A la fin de cette allocution bien conçue, soigneuse, réaliste - un peu comme nous quand nous avons décidé que notre message à l'Europe ne devait pas contenir une seule phrase pessimiste mais un discours réaliste - Clinton fait cet aveu insolite par son humilité : «Je ne crois pas que quelqu'un dans cette salle sache vraiment ce qu'il faut faire.»
Cette allocution, Clinton l'a prononcée devant le Conseil des relations extérieures, une institution prestigieuse et bien connue.
Page 49 - je le sais par coeur, parce que tout ceci m'a beaucoup intéressé - le 6 octobre 1998, qui parle ? Le président du Fonds monétaire international qui, comme vous le savez, ne se caractérise pas par son ton pessimiste, bien au contraire.

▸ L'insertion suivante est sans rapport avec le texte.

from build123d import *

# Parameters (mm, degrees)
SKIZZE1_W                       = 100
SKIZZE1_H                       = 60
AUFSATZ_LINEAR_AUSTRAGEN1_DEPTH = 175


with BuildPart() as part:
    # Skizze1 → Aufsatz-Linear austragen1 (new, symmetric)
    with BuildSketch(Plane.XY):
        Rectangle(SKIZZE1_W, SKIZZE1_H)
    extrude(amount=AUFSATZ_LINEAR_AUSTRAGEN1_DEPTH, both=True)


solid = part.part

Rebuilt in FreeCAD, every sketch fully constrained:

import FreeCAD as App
import Part
import Sketcher

doc = App.newDocument("Part")
body = doc.addObject("PartDesign::Body", "Body")

# Sketch on XY plane
sketch1 = body.newObject("Sketcher::SketchObject", "Sketch")
sketch1.AttachmentSupport = (doc.getObject("XY_Plane"), [""])
sketch1.MapMode = "FlatFace"
sketch1.addGeometry([
    Part.LineSegment(App.Vector(-50, 30, 0), App.Vector(-50, -30, 0)),
    Part.LineSegment(App.Vector(-50, -30, 0), App.Vector(50, -30, 0)),
    Part.LineSegment(App.Vector(50, -30, 0), App.Vector(50, 30, 0)),
    Part.LineSegment(App.Vector(50, 30, 0), App.Vector(-50, 30, 0)),
], False)
sketch1.addConstraint([
    Sketcher.Constraint("Coincident", 0, 2, 1, 1),
    Sketcher.Constraint("Coincident", 1, 2, 2, 1),
    Sketcher.Constraint("Coincident", 2, 2, 3, 1),
    Sketcher.Constraint("Coincident", 3, 2, 0, 1),
    Sketcher.Constraint("Vertical", 0),
    Sketcher.Constraint("Horizontal", 1),
    Sketcher.Constraint("Vertical", 2),
    Sketcher.Constraint("Horizontal", 3),
    Sketcher.Constraint("Symmetric", 0, 2, 2, 2, -1, 1),
    Sketcher.Constraint("DistanceX", 1, 1, 1, 2, 100.0),
    Sketcher.Constraint("DistanceY", 0, 2, 0, 1, 60.0),
])
pad1 = body.newObject("PartDesign::Pad", "Pad")
pad1.Profile = sketch1
pad1.Length = 350
pad1.Midplane = True

doc.recompute()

Face aux critiques selon lesquelles il n'existait pas assez de transparence sur ce qui se passait dans le Sud-Est asiatique, sur la légèreté avec laquelle les prêts étaient alloués sans analyse pertinente, sur le favoritisme et sur les autres choses que je n'ai pas besoin de répéter ici parce que vous les avez lues vingt fois ces derniers mois, sur tous ces phénomènes dont il n'avait pas dit un mot, si bien qu'est reparu ce mot de transparence, née de l'époque de la perestroïka - transparence dans l'information et les données, transparence dans les banques - et que tout le monde réclame, il s'est défendu en affirmant qu'ils savaient très bien, au FMI, ce qu'il allait se passer, qu'ils avaient averti différents gouvernements, mais qu'ils ne l'avaient pas divulgué parce que cela aurait pu semer la panique et accélérer la crise. Personne ne sait aujourd'hui ce qui aurait été le mieux, et si un peu de transparence et de mise en garde n'aurait pas permis de freiner la gravité de cette explosion subite, de cette crise inattendue qui a tant surpris le monde.

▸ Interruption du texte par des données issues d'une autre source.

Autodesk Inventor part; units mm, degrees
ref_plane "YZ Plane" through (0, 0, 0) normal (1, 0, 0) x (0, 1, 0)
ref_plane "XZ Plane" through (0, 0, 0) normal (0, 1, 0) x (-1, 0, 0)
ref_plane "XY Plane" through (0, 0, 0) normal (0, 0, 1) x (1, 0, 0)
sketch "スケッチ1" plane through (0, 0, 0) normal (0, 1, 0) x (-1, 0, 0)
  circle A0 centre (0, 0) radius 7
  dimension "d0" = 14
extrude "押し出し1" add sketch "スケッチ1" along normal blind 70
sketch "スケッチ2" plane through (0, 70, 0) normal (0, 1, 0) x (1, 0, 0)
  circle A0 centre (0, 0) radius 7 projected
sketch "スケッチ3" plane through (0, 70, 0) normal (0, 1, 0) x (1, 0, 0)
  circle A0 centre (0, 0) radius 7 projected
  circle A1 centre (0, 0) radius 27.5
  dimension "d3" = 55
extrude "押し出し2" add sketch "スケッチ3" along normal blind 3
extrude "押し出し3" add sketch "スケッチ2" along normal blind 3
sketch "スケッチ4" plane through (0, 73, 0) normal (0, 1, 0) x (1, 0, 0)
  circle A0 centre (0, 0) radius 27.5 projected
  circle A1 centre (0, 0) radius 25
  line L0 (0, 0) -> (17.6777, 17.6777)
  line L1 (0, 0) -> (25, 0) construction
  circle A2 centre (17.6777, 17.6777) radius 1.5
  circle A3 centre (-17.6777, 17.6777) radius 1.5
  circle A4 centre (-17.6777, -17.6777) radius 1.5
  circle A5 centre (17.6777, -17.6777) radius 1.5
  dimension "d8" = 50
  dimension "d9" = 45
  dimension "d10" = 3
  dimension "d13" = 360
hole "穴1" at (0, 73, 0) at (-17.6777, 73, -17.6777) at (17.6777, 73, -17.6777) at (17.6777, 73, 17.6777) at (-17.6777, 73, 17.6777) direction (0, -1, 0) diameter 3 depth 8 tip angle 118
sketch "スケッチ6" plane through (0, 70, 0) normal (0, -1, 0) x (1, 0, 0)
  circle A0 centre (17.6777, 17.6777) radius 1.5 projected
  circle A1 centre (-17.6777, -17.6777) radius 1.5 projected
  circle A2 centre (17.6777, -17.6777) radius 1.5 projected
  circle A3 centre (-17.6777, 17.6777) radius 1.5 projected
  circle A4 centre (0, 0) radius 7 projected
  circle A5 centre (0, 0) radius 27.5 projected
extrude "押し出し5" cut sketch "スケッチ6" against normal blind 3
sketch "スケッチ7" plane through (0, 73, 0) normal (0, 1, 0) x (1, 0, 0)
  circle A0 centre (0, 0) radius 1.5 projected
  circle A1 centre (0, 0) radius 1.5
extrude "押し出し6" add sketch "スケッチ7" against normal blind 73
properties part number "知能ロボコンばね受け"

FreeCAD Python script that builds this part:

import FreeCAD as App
import Part
import Sketcher

doc = App.newDocument("Part")
body = doc.addObject("PartDesign::Body", "Body")
body.AllowCompound = True

# Sketch on XZ plane
sketch1 = body.newObject("Sketcher::SketchObject", "Sketch")
sketch1.AttachmentSupport = (doc.getObject("XZ_Plane"), [""])
sketch1.MapMode = "FlatFace"
sketch1.addGeometry(Part.Circle(App.Vector(0, 0, 0), App.Vector(0, 0, 1), 7), False)
sketch1.addConstraint(Sketcher.Constraint("Coincident", 0, 3, -1, 1))
sketch1.addConstraint(Sketcher.Constraint("Diameter", 0, 14.0))
pad1 = body.newObject("PartDesign::Pad", "Pad")
pad1.Profile = sketch1
pad1.Length = 70
pad1.Reversed = True

# Sketch on XZ plane
sketch2 = body.newObject("Sketcher::SketchObject", "Sketch001")
sketch2.AttachmentSupport = (doc.getObject("XZ_Plane"), [""])
sketch2.MapMode = "FlatFace"
sketch2.AttachmentOffset = App.Placement(App.Vector(0, 0, -70), App.Rotation())
sketch2.addGeometry(Part.Circle(App.Vector(0, 0, 0), App.Vector(0, 0, 1), 28), False)
sketch2.addGeometry(Part.Circle(App.Vector(0, 0, 0), App.Vector(0, 0, 1), 7), False)
sketch2.addConstraint(Sketcher.Constraint("Coincident", 0, 3, -1, 1))
sketch2.addConstraint(Sketcher.Constraint("Coincident", 1, 3, -1, 1))
sketch2.addConstraint(Sketcher.Constraint("Diameter", 0, 55.0))
sketch2.addConstraint(Sketcher.Constraint("Diameter", 1, 14.0))
pad2 = body.newObject("PartDesign::Pad", "Pad001")
pad2.Profile = sketch2
pad2.Length = 3
pad2.Reversed = True

# Sketch on XZ plane
sketch3 = body.newObject("Sketcher::SketchObject", "Sketch002")
sketch3.AttachmentSupport = (doc.getObject("XZ_Plane"), [""])
sketch3.MapMode = "FlatFace"
sketch3.AttachmentOffset = App.Placement(App.Vector(0, 0, -70), App.Rotation())
sketch3.addGeometry(Part.Circle(App.Vector(0, 0, 0), App.Vector(0, 0, 1), 7), False)
sketch3.addConstraint(Sketcher.Constraint("Coincident", 0, 3, -1, 1))
sketch3.addConstraint(Sketcher.Constraint("Diameter", 0, 14.0))
pad3 = body.newObject("PartDesign::Pad", "Pad002")
pad3.Profile = sketch3
pad3.Length = 3
pad3.Reversed = True

# Sketch on XZ plane
sketch4 = body.newObject("Sketcher::SketchObject", "Sketch003")
sketch4.AttachmentSupport = (doc.getObject("XZ_Plane"), [""])
sketch4.MapMode = "FlatFace"
sketch4.AttachmentOffset = App.Placement(App.Vector(0, 0, -73), App.Rotation())
sketch4.addGeometry(Part.Circle(App.Vector(0, 0, 0), App.Vector(0, 0, 1), 1.5), False)
sketch4.addGeometry(Part.Circle(App.Vector(-17.7, -17.7, 0), App.Vector(0, 0, 1), 1.5), False)
sketch4.addGeometry(Part.Circle(App.Vector(17.7, -17.7, 0), App.Vector(0, 0, 1), 1.5), False)
sketch4.addGeometry(Part.Circle(App.Vector(17.7, 17.7, 0), App.Vector(0, 0, 1), 1.5), False)
sketch4.addGeometry(Part.Circle(App.Vector(-17.7, 17.7, 0), App.Vector(0, 0, 1), 1.5), False)
sketch4.addConstraint(Sketcher.Constraint("Coincident", 0, 3, -1, 1))
sketch4.addConstraint(Sketcher.Constraint("Equal", 0, 1))
sketch4.addConstraint(Sketcher.Constraint("Equal", 1, 2))
sketch4.addConstraint(Sketcher.Constraint("Equal", 2, 3))
sketch4.addConstraint(Sketcher.Constraint("Equal", 3, 4))
sketch4.addConstraint(Sketcher.Constraint("Symmetric", 1, 3, 3, 3, -1, 1))
sketch4.addConstraint(Sketcher.Constraint("Symmetric", 2, 3, 4, 3, -1, 1))
sketch4.addConstraint(Sketcher.Constraint("Symmetric", 1, 3, 2, 3, -2))
sketch4.addConstraint(Sketcher.Constraint("Diameter", 0, 3.0))
sketch4.addConstraint(Sketcher.Constraint("DistanceX", 1, 3, -1, 1, 17.6777))
sketch4.addConstraint(Sketcher.Constraint("DistanceY", 1, 3, -1, 1, 17.6777))
doc.recompute()
hole = body.newObject("PartDesign::Hole", "Hole")
hole.Profile = sketch4
hole.ThreadType = "None"
hole.Diameter = 3
hole.DepthType = "Dimension"
hole.Depth = 8
hole.DrillPoint = "Angled"
hole.DrillPointAngle = 118
hole.Reversed = True

# Sketch on XZ plane
sketch5 = body.newObject("Sketcher::SketchObject", "Sketch004")
sketch5.AttachmentSupport = (doc.getObject("XZ_Plane"), [""])
sketch5.MapMode = "FlatFace"
sketch5.AttachmentOffset = App.Placement(App.Vector(0, 0, -70), App.Rotation())
sketch5.addGeometry(Part.Circle(App.Vector(0, 0, 0), App.Vector(0, 0, 1), 27.5), False)
sketch5.addGeometry(Part.Circle(App.Vector(-17.7, -17.7, 0), App.Vector(0, 0, 1), 1.5), False)
sketch5.addGeometry(Part.Circle(App.Vector(17.7, -17.7, 0), App.Vector(0, 0, 1), 1.5), False)
sketch5.addGeometry(Part.Circle(App.Vector(-17.7, 17.7, 0), App.Vector(0, 0, 1), 1.5), False)
sketch5.addGeometry(Part.Circle(App.Vector(0, 0, 0), App.Vector(0, 0, 1), 7), False)
sketch5.addGeometry(Part.Circle(App.Vector(17.7, 17.7, 0), App.Vector(0, 0, 1), 1.5), False)
sketch5.addConstraint(Sketcher.Constraint("Coincident", 0, 3, -1, 1))
sketch5.addConstraint(Sketcher.Constraint("Coincident", 4, 3, -1, 1))
sketch5.addConstraint(Sketcher.Constraint("Equal", 1, 2))
sketch5.addConstraint(Sketcher.Constraint("Equal", 2, 3))
sketch5.addConstraint(Sketcher.Constraint("Equal", 3, 5))
sketch5.addConstraint(Sketcher.Constraint("Symmetric", 2, 3, 3, 3, -1, 1))
sketch5.addConstraint(Sketcher.Constraint("Symmetric", 1, 3, 5, 3, -1, 1))
sketch5.addConstraint(Sketcher.Constraint("Symmetric", 1, 3, 2, 3, -2))
sketch5.addConstraint(Sketcher.Constraint("Diameter", 0, 55.0))
sketch5.addConstraint(Sketcher.Constraint("Diameter", 1, 3.0))
sketch5.addConstraint(Sketcher.Constraint("Diameter", 4, 14.0))
sketch5.addConstraint(Sketcher.Constraint("DistanceX", 1, 3, -1, 1, 17.6777))
sketch5.addConstraint(Sketcher.Constraint("DistanceY", 1, 3, -1, 1, 17.6777))
pocket1 = body.newObject("PartDesign::Pocket", "Pocket")
pocket1.Profile = sketch5
pocket1.Length = 3

# Sketch on XZ plane
sketch6 = body.newObject("Sketcher::SketchObject", "Sketch005")
sketch6.AttachmentSupport = (doc.getObject("XZ_Plane"), [""])
sketch6.MapMode = "FlatFace"
sketch6.AttachmentOffset = App.Placement(App.Vector(0, 0, -73), App.Rotation())
sketch6.addGeometry(Part.Circle(App.Vector(0, 0, 0), App.Vector(0, 0, 1), 1.5), False)
sketch6.addConstraint(Sketcher.Constraint("Coincident", 0, 3, -1, 1))
sketch6.addConstraint(Sketcher.Constraint("Diameter", 0, 3.0))
pad4 = body.newObject("PartDesign::Pad", "Pad003")
pad4.Profile = sketch6
pad4.Length = 73

doc.recompute()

Bref, ce n'est pas quelqu'un, je le répète, qui se caractérise par des phrases pessimistes. Or, il a déclaré sans ambages : «Mesdames et Messieurs les gouverneurs, nous nous retrouvons cette année au milieu d une crise. Une crise qui a dores et déjà coûté des milliards de dollars...» S'il avait été plus exact, il aurait pu donner un chiffre que tout le monde connaît : les bourses du monde avaient déjà perdu de 3 à 4 billions de dollars. Voilà donc ce qu'a déclaré Michel Camdessus il y a peine quelques jours, le 6 octobre, à la réunion du conseil des gouverneurs du Fonds monétaire international et de la Banque mondiale. Il a aussi ajouté que la crise avait coûté «des millions demplois.» Il aurait dû dire : des dizaines des millions. En effet, en lisant les rapports relatifs à la situation en Indonésie, on apprend que le taux de chômage a fait un bond de 40 p. 100. Et il a conclu ce paragraphe comme suit : «Et lincommensurable tragédie des chances perdues et des espoirs anéantis pour una multitude de gens, surtout parmi les plus démunis.»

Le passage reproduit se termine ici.